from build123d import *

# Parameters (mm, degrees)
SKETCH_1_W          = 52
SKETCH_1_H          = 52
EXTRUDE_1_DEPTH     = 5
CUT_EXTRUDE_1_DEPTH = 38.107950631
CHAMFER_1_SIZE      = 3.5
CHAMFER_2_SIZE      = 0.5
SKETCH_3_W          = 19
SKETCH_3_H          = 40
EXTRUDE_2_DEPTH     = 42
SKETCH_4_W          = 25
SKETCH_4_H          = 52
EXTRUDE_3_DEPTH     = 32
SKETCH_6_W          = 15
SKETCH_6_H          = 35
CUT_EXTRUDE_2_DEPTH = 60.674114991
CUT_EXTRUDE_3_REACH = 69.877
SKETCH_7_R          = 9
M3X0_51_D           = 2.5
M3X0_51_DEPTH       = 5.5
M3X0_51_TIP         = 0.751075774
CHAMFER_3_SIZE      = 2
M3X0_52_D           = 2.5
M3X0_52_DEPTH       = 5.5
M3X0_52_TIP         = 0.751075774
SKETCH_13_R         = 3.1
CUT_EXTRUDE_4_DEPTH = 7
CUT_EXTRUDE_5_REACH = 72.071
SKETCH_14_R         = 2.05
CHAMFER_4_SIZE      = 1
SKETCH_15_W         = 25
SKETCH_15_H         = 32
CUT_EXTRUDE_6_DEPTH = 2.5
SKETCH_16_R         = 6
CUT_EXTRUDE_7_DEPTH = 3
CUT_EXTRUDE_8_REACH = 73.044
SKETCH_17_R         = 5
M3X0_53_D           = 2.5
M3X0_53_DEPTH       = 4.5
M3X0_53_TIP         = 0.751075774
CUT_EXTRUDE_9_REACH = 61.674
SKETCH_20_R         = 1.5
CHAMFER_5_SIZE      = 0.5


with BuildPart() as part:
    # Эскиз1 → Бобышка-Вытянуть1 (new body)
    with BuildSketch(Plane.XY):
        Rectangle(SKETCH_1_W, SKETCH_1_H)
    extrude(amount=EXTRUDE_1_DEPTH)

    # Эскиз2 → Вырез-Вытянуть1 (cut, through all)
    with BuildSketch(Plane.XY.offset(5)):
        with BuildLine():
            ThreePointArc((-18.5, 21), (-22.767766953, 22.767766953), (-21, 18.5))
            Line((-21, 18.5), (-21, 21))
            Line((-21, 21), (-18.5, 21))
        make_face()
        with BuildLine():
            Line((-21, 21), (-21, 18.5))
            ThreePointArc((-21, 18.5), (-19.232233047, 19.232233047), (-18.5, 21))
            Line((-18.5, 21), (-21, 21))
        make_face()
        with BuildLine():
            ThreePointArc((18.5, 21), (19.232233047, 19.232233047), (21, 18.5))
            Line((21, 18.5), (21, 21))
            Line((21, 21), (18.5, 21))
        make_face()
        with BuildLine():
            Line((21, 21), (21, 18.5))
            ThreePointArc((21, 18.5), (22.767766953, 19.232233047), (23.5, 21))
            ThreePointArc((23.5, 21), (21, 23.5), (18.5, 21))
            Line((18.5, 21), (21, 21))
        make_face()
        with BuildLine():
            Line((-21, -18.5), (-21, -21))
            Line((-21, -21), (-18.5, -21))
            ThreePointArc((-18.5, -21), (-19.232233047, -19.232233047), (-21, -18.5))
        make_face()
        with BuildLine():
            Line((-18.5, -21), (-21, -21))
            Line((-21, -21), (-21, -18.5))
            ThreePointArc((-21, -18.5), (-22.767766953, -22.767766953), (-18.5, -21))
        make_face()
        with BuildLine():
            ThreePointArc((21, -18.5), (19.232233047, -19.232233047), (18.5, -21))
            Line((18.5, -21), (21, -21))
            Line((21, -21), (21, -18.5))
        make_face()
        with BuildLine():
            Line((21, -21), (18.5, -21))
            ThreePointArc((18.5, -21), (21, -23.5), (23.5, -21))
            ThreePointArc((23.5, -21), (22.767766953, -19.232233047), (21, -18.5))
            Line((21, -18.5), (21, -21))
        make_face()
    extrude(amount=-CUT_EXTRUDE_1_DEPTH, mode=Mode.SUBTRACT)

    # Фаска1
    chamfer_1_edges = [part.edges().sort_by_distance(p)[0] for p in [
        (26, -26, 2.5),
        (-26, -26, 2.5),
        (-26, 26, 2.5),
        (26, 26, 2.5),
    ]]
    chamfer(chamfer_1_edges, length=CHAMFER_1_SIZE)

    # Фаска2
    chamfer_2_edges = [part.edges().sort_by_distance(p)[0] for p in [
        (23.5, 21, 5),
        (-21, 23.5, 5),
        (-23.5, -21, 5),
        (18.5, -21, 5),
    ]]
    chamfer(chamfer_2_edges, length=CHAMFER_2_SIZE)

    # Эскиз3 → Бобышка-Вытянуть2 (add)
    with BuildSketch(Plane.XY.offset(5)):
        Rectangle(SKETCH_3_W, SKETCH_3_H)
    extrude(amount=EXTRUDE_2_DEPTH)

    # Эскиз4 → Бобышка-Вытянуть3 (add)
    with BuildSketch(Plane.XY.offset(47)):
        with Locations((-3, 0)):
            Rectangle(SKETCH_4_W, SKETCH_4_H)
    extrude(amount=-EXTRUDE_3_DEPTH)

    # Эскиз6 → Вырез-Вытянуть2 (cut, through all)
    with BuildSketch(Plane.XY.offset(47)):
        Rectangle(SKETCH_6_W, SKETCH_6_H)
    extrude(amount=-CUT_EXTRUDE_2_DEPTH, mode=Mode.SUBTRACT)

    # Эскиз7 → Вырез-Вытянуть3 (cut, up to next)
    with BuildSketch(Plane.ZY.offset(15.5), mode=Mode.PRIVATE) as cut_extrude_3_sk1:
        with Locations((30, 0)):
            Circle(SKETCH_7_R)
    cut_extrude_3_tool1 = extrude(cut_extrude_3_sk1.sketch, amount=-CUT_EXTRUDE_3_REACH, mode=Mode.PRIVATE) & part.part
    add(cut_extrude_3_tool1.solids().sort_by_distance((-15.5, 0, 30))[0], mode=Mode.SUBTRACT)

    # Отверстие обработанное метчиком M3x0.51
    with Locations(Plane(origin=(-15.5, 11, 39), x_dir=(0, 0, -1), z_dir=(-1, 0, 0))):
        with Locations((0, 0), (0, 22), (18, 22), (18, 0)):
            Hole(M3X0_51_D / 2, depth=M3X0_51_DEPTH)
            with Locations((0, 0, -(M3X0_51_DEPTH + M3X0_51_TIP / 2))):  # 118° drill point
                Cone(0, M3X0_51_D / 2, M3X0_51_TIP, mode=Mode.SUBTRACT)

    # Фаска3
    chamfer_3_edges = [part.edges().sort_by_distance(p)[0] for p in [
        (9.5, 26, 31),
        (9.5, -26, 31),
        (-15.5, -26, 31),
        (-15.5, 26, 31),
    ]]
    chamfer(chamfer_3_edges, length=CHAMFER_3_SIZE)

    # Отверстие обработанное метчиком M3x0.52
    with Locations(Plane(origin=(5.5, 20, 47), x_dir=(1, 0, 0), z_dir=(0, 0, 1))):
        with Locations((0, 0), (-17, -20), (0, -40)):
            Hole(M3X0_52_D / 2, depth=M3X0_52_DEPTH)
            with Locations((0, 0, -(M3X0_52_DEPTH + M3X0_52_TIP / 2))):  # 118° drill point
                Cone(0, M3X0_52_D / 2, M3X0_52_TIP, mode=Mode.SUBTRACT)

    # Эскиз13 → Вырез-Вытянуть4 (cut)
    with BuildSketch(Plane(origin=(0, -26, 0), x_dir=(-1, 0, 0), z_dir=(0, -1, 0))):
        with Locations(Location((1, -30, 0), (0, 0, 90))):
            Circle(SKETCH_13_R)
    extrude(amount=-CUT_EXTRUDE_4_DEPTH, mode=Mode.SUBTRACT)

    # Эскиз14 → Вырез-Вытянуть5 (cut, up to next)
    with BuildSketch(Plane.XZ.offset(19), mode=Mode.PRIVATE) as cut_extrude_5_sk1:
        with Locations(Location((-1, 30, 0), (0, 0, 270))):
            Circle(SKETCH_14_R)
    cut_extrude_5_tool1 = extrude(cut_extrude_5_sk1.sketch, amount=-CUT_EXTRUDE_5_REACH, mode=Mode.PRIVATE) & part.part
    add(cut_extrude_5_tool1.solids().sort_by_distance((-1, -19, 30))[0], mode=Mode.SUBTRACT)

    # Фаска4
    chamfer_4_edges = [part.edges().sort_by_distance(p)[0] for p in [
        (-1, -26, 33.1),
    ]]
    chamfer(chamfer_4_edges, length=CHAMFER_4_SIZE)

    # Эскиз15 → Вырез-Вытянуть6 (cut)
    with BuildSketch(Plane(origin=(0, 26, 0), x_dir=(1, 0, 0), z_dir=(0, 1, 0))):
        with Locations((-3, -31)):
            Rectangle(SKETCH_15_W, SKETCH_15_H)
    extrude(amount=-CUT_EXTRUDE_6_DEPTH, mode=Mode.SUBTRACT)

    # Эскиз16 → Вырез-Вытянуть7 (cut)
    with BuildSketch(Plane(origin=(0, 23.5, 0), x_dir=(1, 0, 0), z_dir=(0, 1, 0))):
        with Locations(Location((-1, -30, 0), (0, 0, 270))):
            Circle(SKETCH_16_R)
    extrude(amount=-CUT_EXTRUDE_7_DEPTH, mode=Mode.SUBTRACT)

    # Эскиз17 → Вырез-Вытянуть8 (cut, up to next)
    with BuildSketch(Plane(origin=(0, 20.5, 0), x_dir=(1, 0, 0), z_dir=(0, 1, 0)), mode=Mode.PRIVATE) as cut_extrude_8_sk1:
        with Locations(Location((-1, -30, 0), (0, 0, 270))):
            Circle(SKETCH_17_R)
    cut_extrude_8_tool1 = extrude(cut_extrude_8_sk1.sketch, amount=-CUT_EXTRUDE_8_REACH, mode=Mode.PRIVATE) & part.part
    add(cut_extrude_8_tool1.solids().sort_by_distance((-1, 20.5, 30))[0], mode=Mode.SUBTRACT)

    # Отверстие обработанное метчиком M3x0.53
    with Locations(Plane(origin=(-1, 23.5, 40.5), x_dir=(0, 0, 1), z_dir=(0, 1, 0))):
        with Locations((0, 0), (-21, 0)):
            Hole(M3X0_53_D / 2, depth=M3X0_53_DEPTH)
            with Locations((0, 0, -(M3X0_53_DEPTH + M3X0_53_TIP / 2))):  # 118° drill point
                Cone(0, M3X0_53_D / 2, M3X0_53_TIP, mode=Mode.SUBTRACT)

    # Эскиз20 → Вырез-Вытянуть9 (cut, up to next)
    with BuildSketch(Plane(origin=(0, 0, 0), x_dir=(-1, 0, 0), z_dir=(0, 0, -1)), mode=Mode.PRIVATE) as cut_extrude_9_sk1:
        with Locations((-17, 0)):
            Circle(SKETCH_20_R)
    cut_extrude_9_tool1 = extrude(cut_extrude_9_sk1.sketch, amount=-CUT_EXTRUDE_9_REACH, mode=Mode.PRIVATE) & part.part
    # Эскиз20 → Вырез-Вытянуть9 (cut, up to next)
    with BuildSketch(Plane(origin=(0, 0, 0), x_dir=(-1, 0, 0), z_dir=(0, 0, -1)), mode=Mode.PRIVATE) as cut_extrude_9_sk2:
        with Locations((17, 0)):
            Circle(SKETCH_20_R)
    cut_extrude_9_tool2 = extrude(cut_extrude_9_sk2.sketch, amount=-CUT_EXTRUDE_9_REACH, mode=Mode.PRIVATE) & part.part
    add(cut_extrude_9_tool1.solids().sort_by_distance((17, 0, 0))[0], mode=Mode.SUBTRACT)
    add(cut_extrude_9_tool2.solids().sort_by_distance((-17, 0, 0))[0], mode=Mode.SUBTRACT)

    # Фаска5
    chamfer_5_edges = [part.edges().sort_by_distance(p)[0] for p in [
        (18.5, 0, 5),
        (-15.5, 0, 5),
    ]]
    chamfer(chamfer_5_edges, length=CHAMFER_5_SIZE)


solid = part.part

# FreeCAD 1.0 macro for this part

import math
import FreeCAD as App
import Part
import Sketcher
Q = App.Units.Quantity


def edges_at(feature, points):
    """Names of the edges that pass closest to the given points."""
    edges = feature.Shape.Edges
    near = lambda p: min(range(len(edges)), key=lambda i: edges[i].distToShape(Part.Vertex(*p))[0])
    return sorted({f"Edge{near(p) + 1}" for p in points})

doc = App.newDocument("Part")
params = doc.addObject("Spreadsheet::Sheet", "Params")
for row, (alias, value) in enumerate([
    ("sketch1_width", "52 mm"),
    ("pad1_length", "5 mm"),
    ("sketch2_radius", "2.5 mm"),
    ("chamfer_size", "3.5 mm"),
    ("chamfer2_size", "0.5 mm"),
    ("sketch3_width", "19 mm"),
    ("sketch3_height", "40 mm"),
    ("pad2_length", "42 mm"),
    ("sketch4_width", "25 mm"),
    ("sketch4_height", "52 mm"),
    ("pad3_length", "32 mm"),
    ("sketch5_width", "15 mm"),
    ("sketch5_height", "35 mm"),
    ("sketch6_diameter", "18 mm"),
    ("sketch7_diameter", "2.5 mm"),
    ("hole_diameter", "2.5 mm"),
    ("hole_depth", "5.5 mm"),
    ("chamfer3_size", "2 mm"),
    ("sketch8_diameter", "2.5 mm"),
    ("hole2_diameter", "2.5 mm"),
    ("hole2_depth", "5.5 mm"),
    ("sketch9_diameter", "6.2 mm"),
    ("pocket4_length", "7 mm"),
    ("sketch10_diameter", "4.1 mm"),
    ("chamfer4_size", "1 mm"),
    ("sketch11_width", "25 mm"),
    ("sketch11_height", "32 mm"),
    ("pocket6_length", "2.5 mm"),
    ("sketch12_diameter", "12 mm"),
    ("pocket7_length", "3 mm"),
    ("sketch13_diameter", "10 mm"),
    ("sketch14_diameter", "2.5 mm"),
    ("hole3_diameter", "2.5 mm"),
    ("hole3_depth", "4.5 mm"),
    ("sketch15_diameter", "3 mm"),
    ("sketch16_diameter", "3 mm"),
    ("chamfer5_size", "0.5 mm"),
], start=1):
    params.set(f"A{row}", alias)
    params.set(f"B{row}", "=" + value)
    params.setAlias(f"B{row}", alias)

body = doc.addObject("PartDesign::Body", "Body")

# Sketch on XY plane
sketch1 = body.newObject("Sketcher::SketchObject", "Sketch")
sketch1.AttachmentSupport = (doc.getObject("XY_Plane"), [""])
sketch1.MapMode = "FlatFace"
sketch1.addGeometry([
    Part.LineSegment(App.Vector(-26, 26, 0), App.Vector(-26, -26, 0)),
    Part.LineSegment(App.Vector(-26, -26, 0), App.Vector(26, -26, 0)),
    Part.LineSegment(App.Vector(26, -26, 0), App.Vector(26, 26, 0)),
    Part.LineSegment(App.Vector(26, 26, 0), App.Vector(-26, 26, 0)),
], False)
sketch1.addConstraint([
    Sketcher.Constraint("Coincident", 0, 2, 1, 1),
    Sketcher.Constraint("Coincident", 1, 2, 2, 1),
    Sketcher.Constraint("Coincident", 2, 2, 3, 1),
    Sketcher.Constraint("Coincident", 3, 2, 0, 1),
    Sketcher.Constraint("Vertical", 0),
    Sketcher.Constraint("Horizontal", 1),
    Sketcher.Constraint("Vertical", 2),
    Sketcher.Constraint("Horizontal", 3),
    Sketcher.Constraint("Symmetric", 0, 2, 2, 2, -1, 1),
    Sketcher.Constraint("Equal", 3, 0),
    Sketcher.Constraint("DistanceX", 1, 1, 1, 2, Q("52 mm")),
])
sketch1.setExpression("Constraints[10]", "Params.sketch1_width")
pad1 = body.newObject("PartDesign::Pad", "Pad")
pad1.Profile = sketch1
pad1.setExpression("Length", "Params.pad1_length")

# Sketch on XY plane
sketch2 = body.newObject("Sketcher::SketchObject", "Sketch001")
sketch2.AttachmentSupport = (doc.getObject("XY_Plane"), [""])
sketch2.MapMode = "FlatFace"
sketch2.AttachmentOffset = App.Placement(App.Vector(0, 0, 5), App.Rotation())
sketch2.addGeometry([
    Part.ArcOfCircle(Part.Circle(App.Vector(-21, 21, 0), App.Vector(0, 0, 1), 2.5), math.radians(0), math.radians(270)),  # 0
    Part.ArcOfCircle(Part.Circle(App.Vector(-21, 21, 0), App.Vector(0, 0, 1), 2.5), math.radians(-90), math.radians(0)),  # 1
    Part.ArcOfCircle(Part.Circle(App.Vector(21, 21, 0), App.Vector(0, 0, 1), 2.5), math.radians(180), math.radians(270)),  # 2
    Part.ArcOfCircle(Part.Circle(App.Vector(21, 21, 0), App.Vector(0, 0, 1), 2.5), math.radians(-90), math.radians(0)),  # 3
    Part.ArcOfCircle(Part.Circle(App.Vector(21, 21, 0), App.Vector(0, 0, 1), 2.5), math.radians(0), math.radians(180)),  # 4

══════

> [WHAT IS BEING ASKED]:
Please find every line in the records above that holds the word "next" and copy it.

> [EXERCISE ANSWER]:
    # Эскиз7 → Вырез-Вытянуть3 (cut, up to next)
    # Эскиз14 → Вырез-Вытянуть5 (cut, up to next)
    # Эскиз17 → Вырез-Вытянуть8 (cut, up to next)
    # Эскиз20 → Вырез-Вытянуть9 (cut, up to next)
    # Эскиз20 → Вырез-Вытянуть9 (cut, up to next)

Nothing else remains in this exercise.